あ、と止めようにも、アネットの足は速い。名前を呼んでも、こちらを向いてくれない。
「あら、アネットちゃん」
「もうお帰りなの?」
元気なアネットは、この店でも人気者だ。にこやかに声をかけられて、大きく頷く。一人、赤毛が美しい奥様は、本日とても綺麗なブリリアントイエローのワンピースを着ていた。

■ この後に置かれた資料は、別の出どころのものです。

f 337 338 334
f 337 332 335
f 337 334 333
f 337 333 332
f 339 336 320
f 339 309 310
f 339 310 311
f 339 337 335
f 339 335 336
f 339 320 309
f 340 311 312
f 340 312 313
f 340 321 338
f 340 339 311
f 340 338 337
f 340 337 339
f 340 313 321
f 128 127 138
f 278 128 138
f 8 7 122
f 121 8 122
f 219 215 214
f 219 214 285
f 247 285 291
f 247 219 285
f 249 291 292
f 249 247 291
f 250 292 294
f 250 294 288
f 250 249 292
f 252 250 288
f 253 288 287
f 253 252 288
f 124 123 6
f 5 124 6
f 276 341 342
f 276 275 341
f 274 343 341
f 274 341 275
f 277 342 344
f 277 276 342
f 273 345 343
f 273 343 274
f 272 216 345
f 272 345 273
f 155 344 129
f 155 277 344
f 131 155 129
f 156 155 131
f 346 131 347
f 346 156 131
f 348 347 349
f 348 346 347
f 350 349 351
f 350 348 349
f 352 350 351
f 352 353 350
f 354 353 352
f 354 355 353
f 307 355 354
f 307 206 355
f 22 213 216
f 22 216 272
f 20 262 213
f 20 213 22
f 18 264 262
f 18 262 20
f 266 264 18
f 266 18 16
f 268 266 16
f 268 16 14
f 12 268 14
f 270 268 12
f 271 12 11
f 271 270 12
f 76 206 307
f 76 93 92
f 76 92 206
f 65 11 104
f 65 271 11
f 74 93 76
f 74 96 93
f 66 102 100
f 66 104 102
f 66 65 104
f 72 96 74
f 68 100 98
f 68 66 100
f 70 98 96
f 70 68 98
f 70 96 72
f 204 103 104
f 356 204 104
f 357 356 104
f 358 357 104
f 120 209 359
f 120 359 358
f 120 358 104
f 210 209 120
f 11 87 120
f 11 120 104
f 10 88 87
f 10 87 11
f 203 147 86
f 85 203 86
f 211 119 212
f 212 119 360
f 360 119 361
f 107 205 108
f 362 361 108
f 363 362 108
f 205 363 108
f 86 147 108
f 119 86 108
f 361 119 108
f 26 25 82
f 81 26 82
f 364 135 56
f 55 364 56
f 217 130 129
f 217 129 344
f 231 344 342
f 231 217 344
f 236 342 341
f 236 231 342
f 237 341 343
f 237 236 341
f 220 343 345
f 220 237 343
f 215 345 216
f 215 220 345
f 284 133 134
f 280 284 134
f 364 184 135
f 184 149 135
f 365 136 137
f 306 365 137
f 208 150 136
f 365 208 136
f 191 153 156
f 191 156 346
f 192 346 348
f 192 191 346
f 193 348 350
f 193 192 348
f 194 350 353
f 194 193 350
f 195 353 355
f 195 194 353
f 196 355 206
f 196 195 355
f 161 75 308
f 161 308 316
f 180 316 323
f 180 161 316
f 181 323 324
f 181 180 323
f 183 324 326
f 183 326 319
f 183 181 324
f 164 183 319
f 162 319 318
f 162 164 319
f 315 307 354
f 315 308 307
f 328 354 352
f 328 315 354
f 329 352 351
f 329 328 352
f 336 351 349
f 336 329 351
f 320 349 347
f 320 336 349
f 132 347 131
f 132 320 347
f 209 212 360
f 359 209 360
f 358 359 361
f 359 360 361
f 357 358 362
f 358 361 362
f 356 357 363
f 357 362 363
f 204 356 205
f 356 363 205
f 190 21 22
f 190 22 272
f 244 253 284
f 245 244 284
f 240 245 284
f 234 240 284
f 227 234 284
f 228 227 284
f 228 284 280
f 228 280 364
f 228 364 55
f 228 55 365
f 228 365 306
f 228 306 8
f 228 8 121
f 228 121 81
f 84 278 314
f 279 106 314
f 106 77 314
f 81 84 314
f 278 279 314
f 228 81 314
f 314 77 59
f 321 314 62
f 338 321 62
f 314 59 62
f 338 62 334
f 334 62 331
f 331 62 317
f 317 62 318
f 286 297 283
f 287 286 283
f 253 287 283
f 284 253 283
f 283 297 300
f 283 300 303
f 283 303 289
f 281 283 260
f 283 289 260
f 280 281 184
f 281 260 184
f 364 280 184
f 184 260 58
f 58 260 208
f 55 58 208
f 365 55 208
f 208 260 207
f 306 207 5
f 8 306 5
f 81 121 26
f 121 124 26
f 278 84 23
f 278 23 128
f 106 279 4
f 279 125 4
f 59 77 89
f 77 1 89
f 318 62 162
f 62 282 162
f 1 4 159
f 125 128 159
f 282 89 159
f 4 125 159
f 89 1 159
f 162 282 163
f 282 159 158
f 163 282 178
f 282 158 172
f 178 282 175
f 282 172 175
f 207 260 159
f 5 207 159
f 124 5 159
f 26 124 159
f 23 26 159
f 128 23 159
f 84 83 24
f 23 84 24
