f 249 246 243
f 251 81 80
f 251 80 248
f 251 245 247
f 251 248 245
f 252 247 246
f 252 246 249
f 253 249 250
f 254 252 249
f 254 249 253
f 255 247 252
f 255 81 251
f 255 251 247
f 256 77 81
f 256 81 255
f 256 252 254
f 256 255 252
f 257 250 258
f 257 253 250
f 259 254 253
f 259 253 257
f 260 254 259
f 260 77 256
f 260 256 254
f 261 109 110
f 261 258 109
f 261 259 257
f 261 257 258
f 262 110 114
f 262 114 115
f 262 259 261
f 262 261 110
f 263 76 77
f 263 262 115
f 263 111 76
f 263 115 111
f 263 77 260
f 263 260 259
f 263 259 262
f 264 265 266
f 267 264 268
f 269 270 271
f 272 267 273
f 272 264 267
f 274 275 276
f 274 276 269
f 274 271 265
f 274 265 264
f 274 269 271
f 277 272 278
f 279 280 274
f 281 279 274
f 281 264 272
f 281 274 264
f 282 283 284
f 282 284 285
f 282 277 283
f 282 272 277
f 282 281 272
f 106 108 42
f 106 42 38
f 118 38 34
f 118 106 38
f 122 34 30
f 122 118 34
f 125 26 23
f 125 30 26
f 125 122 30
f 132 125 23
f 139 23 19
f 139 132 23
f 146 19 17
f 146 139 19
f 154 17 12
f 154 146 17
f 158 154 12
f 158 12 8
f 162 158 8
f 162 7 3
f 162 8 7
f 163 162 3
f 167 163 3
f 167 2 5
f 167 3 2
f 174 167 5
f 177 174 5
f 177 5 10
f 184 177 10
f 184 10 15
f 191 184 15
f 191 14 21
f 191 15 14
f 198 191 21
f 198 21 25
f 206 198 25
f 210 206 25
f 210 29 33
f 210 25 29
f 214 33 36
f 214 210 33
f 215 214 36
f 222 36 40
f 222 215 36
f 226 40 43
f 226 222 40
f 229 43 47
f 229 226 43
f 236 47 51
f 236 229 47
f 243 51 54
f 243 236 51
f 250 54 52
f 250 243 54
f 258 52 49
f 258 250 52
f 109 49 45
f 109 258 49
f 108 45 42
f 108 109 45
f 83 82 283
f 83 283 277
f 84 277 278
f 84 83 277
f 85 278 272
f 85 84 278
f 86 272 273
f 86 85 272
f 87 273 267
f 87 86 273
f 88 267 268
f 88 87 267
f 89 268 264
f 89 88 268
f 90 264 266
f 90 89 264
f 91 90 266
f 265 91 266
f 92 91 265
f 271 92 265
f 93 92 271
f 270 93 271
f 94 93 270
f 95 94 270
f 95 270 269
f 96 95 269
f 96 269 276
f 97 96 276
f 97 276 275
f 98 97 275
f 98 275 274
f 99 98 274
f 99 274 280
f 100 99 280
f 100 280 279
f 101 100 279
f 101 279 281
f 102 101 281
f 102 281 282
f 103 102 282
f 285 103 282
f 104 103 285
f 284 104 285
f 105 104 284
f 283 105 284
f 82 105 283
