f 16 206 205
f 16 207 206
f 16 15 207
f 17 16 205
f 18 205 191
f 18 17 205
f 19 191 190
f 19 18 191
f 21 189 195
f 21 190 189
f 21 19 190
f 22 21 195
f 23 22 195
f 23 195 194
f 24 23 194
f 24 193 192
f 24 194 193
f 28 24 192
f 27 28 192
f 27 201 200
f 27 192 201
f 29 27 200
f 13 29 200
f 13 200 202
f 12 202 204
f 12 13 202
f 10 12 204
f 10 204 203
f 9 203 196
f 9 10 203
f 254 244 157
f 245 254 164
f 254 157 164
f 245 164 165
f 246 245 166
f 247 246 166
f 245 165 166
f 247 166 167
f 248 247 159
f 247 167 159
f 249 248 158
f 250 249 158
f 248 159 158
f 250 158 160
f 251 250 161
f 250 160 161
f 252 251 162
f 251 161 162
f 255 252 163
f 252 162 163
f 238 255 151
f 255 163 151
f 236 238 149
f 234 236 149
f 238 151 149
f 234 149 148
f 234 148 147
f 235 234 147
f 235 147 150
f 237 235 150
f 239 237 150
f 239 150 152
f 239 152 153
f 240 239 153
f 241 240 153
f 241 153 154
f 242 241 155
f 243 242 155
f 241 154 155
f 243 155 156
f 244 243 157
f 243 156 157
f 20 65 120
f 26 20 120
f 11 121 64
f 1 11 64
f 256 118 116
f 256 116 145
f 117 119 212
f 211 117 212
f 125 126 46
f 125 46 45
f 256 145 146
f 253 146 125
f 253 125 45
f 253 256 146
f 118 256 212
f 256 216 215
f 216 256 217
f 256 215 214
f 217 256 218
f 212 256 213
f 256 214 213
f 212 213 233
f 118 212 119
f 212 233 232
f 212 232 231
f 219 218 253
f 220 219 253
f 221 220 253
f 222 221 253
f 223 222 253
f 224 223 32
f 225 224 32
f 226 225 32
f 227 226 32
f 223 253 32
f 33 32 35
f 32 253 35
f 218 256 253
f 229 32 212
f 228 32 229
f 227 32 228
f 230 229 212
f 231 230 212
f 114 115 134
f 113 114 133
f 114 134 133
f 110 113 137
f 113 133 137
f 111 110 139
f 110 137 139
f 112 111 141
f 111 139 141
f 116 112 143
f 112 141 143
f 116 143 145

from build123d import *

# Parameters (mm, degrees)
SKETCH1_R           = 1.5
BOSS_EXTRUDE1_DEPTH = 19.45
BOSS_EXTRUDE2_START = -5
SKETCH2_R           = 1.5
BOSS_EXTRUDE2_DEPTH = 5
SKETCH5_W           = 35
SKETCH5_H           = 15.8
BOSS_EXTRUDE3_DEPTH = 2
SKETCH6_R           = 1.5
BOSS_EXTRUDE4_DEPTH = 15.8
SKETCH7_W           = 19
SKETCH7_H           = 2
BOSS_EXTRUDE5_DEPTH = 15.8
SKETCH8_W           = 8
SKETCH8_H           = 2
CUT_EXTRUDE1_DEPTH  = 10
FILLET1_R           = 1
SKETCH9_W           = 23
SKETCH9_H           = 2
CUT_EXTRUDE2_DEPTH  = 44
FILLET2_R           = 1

「奥様、村の地理について、詳しくお伺いしてよろしいですか?」
奥様からいただいた、とある村の詳しい地図を持ち、アネットは店を出て行った。行先は勿論、A.R.O.Aである。
「卵!美味しい卵で、オムライスを作ろう!」
そうすれば、不安な村人達の心とお腹も、きっとほっとするに違いない。そして、自分もそんなオムライスを食べてみたい。アネットはきらきらとした表情で、町を駆け抜けていった。
解説
美味しいオムライスの為、デミ・ベアーが出たという噂の養鶏所に、卵を取りに行こう!
■とある村は鶏を育てて生活していましたが、そこで一番大きな養鶏所にデミ・ベアーが一匹、入り込んだということで、村の人も困っています。倒してくれるならば、お礼として卵も沢山持って行っていいそうなので、入り込んで調べ、倒してください。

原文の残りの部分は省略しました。